Mind you, I know and like Haskell, but its issues are highly tied to the failure of the simple haskell initiative (also the dreadful state of its tooling).

gylterud 7 days ago | parent | next [-]

There are lots of great libraries, like repa, servant, megaparsec, gloss, yampa… as well as bindings to lots of standard stuff. I consider parsing to be one of Haskell’s killer strengths and I would definitely use it to write a compiler.

There is also some popular user facing software like Pandoc, written in Haskell.

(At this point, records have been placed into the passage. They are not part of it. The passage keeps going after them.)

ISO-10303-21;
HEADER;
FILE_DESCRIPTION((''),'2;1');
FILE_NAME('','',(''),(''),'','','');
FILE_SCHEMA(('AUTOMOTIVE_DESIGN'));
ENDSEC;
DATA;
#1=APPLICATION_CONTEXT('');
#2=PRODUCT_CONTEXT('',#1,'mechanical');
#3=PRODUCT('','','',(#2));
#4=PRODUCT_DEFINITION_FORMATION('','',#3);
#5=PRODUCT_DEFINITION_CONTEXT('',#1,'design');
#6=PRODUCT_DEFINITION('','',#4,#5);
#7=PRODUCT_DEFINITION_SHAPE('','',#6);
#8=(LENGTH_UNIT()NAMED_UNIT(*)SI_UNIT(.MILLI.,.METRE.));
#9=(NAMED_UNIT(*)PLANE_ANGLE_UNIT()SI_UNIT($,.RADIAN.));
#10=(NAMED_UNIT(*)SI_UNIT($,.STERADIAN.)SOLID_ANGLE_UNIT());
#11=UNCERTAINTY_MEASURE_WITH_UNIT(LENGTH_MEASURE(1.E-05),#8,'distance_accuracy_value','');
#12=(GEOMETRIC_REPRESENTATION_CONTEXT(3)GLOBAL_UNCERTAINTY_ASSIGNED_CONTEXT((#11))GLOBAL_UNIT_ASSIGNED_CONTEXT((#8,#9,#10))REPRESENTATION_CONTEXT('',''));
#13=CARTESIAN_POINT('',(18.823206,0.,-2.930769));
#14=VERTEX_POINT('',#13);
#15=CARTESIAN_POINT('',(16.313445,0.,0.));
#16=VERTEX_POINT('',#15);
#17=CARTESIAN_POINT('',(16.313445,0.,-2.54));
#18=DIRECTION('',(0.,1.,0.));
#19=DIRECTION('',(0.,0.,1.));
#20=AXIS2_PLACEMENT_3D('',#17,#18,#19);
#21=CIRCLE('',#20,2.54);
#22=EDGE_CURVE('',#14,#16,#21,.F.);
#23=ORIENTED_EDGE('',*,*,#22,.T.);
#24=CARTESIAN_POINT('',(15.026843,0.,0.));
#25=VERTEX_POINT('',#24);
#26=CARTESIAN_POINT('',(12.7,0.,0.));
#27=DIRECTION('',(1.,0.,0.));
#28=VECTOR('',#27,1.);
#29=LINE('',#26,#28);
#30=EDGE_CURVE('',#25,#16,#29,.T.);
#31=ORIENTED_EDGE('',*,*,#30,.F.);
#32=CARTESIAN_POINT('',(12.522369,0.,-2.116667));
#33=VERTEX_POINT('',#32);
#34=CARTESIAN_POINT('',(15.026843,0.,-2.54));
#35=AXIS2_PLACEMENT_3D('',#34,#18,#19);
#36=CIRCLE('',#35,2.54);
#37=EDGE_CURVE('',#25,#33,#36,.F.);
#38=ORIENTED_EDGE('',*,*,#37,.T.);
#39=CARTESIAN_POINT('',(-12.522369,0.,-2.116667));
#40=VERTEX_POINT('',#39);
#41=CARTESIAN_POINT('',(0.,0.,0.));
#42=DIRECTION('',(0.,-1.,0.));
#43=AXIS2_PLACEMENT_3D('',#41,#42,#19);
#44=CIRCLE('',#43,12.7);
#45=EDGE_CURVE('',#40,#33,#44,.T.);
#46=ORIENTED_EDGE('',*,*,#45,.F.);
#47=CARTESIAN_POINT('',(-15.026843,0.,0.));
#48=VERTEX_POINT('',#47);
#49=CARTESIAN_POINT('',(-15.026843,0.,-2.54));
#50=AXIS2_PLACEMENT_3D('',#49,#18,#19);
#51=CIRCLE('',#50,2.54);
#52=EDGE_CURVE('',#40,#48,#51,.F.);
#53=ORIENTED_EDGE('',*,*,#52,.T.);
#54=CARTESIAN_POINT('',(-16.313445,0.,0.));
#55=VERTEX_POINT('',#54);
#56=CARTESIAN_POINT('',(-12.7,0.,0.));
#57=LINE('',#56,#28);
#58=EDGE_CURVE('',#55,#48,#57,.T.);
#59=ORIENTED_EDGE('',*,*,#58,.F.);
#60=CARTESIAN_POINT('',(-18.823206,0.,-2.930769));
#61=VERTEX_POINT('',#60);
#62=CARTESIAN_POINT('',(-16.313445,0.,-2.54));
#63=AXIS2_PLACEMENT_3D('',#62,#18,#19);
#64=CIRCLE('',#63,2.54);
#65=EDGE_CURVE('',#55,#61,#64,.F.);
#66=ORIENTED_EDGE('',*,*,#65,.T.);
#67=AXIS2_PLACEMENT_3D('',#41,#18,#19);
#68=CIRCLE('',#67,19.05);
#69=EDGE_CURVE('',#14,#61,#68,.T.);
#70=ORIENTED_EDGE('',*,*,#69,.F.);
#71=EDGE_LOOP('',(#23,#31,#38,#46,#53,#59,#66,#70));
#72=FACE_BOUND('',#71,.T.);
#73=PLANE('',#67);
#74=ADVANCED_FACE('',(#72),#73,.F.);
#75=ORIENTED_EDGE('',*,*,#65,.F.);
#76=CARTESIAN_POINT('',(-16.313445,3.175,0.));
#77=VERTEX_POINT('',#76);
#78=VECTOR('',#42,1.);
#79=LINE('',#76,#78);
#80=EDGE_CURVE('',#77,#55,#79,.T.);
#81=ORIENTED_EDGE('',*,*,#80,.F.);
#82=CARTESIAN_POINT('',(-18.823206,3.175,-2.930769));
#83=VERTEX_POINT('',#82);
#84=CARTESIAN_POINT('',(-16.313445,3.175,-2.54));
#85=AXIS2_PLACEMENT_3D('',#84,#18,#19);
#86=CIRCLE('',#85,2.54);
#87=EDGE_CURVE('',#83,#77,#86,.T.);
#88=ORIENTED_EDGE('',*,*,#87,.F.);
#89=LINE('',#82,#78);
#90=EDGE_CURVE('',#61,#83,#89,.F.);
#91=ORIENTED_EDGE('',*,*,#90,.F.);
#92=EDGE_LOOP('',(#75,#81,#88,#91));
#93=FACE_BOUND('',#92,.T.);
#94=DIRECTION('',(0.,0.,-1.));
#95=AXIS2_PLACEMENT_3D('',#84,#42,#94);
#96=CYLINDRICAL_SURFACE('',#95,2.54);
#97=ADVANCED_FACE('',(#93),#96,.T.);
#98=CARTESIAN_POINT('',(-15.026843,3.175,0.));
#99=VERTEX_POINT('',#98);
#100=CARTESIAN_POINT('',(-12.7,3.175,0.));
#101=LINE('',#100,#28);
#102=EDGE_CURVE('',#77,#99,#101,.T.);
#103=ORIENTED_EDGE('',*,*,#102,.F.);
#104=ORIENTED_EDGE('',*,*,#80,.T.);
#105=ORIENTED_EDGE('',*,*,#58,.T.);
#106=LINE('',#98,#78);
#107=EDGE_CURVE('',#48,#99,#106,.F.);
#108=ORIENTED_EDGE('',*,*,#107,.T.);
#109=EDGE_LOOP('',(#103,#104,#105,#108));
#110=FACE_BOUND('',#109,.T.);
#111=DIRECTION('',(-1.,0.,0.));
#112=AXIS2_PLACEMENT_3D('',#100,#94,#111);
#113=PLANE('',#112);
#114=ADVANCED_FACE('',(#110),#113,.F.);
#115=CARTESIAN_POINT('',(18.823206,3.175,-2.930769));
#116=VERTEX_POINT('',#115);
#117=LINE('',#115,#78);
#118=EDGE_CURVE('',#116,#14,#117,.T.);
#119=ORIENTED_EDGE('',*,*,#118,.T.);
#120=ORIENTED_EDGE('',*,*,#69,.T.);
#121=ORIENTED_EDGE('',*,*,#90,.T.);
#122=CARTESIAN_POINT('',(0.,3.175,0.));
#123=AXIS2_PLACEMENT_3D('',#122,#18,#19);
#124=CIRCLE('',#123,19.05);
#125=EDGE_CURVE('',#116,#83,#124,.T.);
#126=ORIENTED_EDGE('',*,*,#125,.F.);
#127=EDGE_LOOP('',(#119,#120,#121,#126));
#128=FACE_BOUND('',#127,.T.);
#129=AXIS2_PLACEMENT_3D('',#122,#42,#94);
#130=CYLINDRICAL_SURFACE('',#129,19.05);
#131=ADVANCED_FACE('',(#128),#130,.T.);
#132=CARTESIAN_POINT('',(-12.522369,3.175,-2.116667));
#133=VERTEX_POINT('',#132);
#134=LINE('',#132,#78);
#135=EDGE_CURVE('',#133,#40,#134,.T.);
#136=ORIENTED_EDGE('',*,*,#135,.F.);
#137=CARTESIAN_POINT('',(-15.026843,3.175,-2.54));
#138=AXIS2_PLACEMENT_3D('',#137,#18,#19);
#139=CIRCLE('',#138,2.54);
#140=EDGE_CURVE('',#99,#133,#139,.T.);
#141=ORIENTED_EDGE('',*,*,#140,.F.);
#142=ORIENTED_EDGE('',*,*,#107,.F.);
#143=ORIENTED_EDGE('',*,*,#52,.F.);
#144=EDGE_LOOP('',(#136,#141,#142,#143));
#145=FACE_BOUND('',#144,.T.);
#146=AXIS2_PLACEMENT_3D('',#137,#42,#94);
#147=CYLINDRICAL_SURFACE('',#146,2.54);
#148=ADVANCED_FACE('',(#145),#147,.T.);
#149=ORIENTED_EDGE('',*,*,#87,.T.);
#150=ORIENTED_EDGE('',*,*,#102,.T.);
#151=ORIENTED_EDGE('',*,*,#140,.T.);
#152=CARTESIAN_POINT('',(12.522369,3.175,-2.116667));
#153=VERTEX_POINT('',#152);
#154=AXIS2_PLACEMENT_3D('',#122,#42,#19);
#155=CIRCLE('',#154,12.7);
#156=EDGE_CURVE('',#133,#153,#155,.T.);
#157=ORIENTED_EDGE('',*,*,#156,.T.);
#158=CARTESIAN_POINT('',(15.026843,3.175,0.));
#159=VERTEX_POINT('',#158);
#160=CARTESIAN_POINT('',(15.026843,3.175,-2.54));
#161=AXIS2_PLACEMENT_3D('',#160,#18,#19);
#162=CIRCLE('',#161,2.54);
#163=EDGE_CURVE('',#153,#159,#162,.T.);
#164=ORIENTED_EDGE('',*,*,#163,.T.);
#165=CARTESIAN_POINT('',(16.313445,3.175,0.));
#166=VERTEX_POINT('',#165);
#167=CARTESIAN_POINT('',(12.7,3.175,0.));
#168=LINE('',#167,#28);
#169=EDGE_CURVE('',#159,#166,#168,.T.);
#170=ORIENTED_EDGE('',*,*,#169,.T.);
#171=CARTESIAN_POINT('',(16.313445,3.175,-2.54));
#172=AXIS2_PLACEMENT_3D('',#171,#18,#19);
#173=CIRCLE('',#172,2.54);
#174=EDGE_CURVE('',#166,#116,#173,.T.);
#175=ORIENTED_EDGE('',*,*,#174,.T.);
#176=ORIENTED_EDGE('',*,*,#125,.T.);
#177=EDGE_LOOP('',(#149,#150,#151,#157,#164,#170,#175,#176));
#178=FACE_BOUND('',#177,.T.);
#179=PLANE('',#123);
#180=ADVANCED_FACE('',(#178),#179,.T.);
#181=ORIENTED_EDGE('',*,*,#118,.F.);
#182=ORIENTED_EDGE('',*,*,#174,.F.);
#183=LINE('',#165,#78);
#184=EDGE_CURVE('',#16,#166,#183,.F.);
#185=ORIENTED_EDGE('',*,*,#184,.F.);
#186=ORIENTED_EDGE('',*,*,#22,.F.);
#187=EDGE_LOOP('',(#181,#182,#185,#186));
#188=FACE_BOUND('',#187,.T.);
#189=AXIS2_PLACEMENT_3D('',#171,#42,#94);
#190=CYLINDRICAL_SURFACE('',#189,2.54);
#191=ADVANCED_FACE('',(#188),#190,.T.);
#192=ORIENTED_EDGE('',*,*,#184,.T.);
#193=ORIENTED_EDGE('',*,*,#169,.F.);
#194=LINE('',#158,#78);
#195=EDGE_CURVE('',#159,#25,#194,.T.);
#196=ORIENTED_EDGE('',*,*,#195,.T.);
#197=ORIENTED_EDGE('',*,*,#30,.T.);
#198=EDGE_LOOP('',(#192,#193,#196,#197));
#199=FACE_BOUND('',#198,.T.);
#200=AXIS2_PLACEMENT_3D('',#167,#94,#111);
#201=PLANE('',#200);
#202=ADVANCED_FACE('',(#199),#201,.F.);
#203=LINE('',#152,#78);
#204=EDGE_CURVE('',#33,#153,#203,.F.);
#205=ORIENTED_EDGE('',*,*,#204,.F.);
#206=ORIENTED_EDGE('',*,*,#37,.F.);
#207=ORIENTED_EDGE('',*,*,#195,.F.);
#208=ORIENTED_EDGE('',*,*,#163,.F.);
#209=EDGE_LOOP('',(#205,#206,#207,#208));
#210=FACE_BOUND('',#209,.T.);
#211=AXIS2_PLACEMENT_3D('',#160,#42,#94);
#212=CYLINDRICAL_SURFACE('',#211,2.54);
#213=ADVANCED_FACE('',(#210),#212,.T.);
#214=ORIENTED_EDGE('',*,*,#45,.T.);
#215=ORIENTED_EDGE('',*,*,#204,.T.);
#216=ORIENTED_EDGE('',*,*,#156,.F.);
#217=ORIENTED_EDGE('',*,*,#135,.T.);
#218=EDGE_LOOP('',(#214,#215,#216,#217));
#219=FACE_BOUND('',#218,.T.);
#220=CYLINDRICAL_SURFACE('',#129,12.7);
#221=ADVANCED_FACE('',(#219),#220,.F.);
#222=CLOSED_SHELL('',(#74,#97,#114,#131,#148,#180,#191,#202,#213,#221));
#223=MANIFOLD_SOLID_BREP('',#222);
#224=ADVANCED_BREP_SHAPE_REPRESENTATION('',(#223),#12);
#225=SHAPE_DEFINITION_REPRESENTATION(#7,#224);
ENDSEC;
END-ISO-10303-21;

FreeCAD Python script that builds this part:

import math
import FreeCAD as App
import Part
import Sketcher
Q = App.Units.Quantity


def edges_at(feature, points):
    """Names of the edges that pass closest to the given points."""
    edges = feature.Shape.Edges
    near = lambda p: min(range(len(edges)), key=lambda i: edges[i].distToShape(Part.Vertex(*p))[0])
    return sorted({f"Edge{near(p) + 1}" for p in points})

doc = App.newDocument("Part")
body = doc.addObject("PartDesign::Body", "Body")

# Sketch on XZ plane
sketch1 = body.newObject("Sketcher::SketchObject", "Sketch")
sketch1.AttachmentSupport = (doc.getObject("XZ_Plane"), [""])
sketch1.MapMode = "FlatFace"
sketch1.addGeometry([
    Part.LineSegment(App.Vector(-19, 0, 0), App.Vector(-13, 0, 0)),
    Part.ArcOfCircle(Part.Circle(App.Vector(0, 0, 0), App.Vector(0, 0, 1), 13), math.radians(180), math.radians(360)),
    Part.LineSegment(App.Vector(13, 0, 0), App.Vector(19, 0, 0)),
    Part.ArcOfCircle(Part.Circle(App.Vector(0, 0, 0), App.Vector(0, 0, 1), 19), math.radians(180), math.radians(360)),
], False)
sketch1.addConstraint([
    Sketcher.Constraint("Coincident", 0, 2, 1, 1),
    Sketcher.Constraint("Coincident", 1, 2, 2, 1),
    Sketcher.Constraint("Coincident", 2, 2, 3, 2),
    Sketcher.Constraint("Coincident", 3, 1, 0, 1),
    Sketcher.Constraint("Horizontal", 0),
    Sketcher.Constraint("Horizontal", 2),
    Sketcher.Constraint("Coincident", 1, 3, -1, 1),
    Sketcher.Constraint("Coincident", 3, 3, -1, 1),
    Sketcher.Constraint("PointOnObject", 0, 2, -1),
    Sketcher.Constraint("PointOnObject", 1, 2, -1),
    Sketcher.Constraint("Radius", 1, Q("0.5 in")),
    Sketcher.Constraint("Radius", 3, Q("0.75 in")),
])
pad1 = body.newObject("PartDesign::Pad", "Pad")
pad1.Profile = sketch1
pad1.Length = Q("0.125 in")
pad1.Reversed = True
doc.recompute()

fillet = body.newObject("PartDesign::Fillet", "Fillet")
fillet.Base = (pad1, edges_at(pad1, [
    (-12.7, 1.587, 0),
    (-19.05, 1.587, 0),
    (19.05, 1.587, 0),
    (12.7, 1.587, 0),
]))
fillet.Radius = Q("0.1 in")

doc.recompute()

And companies using it internally.

milutinovici 7 days ago | parent | prev | next [-]

It has PostgREST, which is the heart of supabase

dmead 7 days ago | parent | prev | next [-]

yea I agree. haskell was my primary language for several years in the 00s. it's since had almost zero industry uptake. Don't come at me with jane street or the one off startup.

I thought for a while I'd be able to focus on getting jobs that liked haskell. it never happened.

myko 7 days ago | parent | prev | next [-]

I will not stand for this Xmonad slander

instig007 7 days ago | parent | prev [-]

> also the dreadful state of its tooling

this is plain and unsubstantiated FUD

> Haskell has none after 30 years

> I know Haskell

I doubt it

dmead 7 days ago | parent | prev [-]

it's easy to learn and speak latin as well.

gylterud 7 days ago | parent | next [-]

Yes, but there is very little modern latin slang. While GHC gives us great new extensions of Haskell quite often.

1-more 7 days ago | parent | prev [-]

Latin never paid my mortgage. Helped on the SATs though.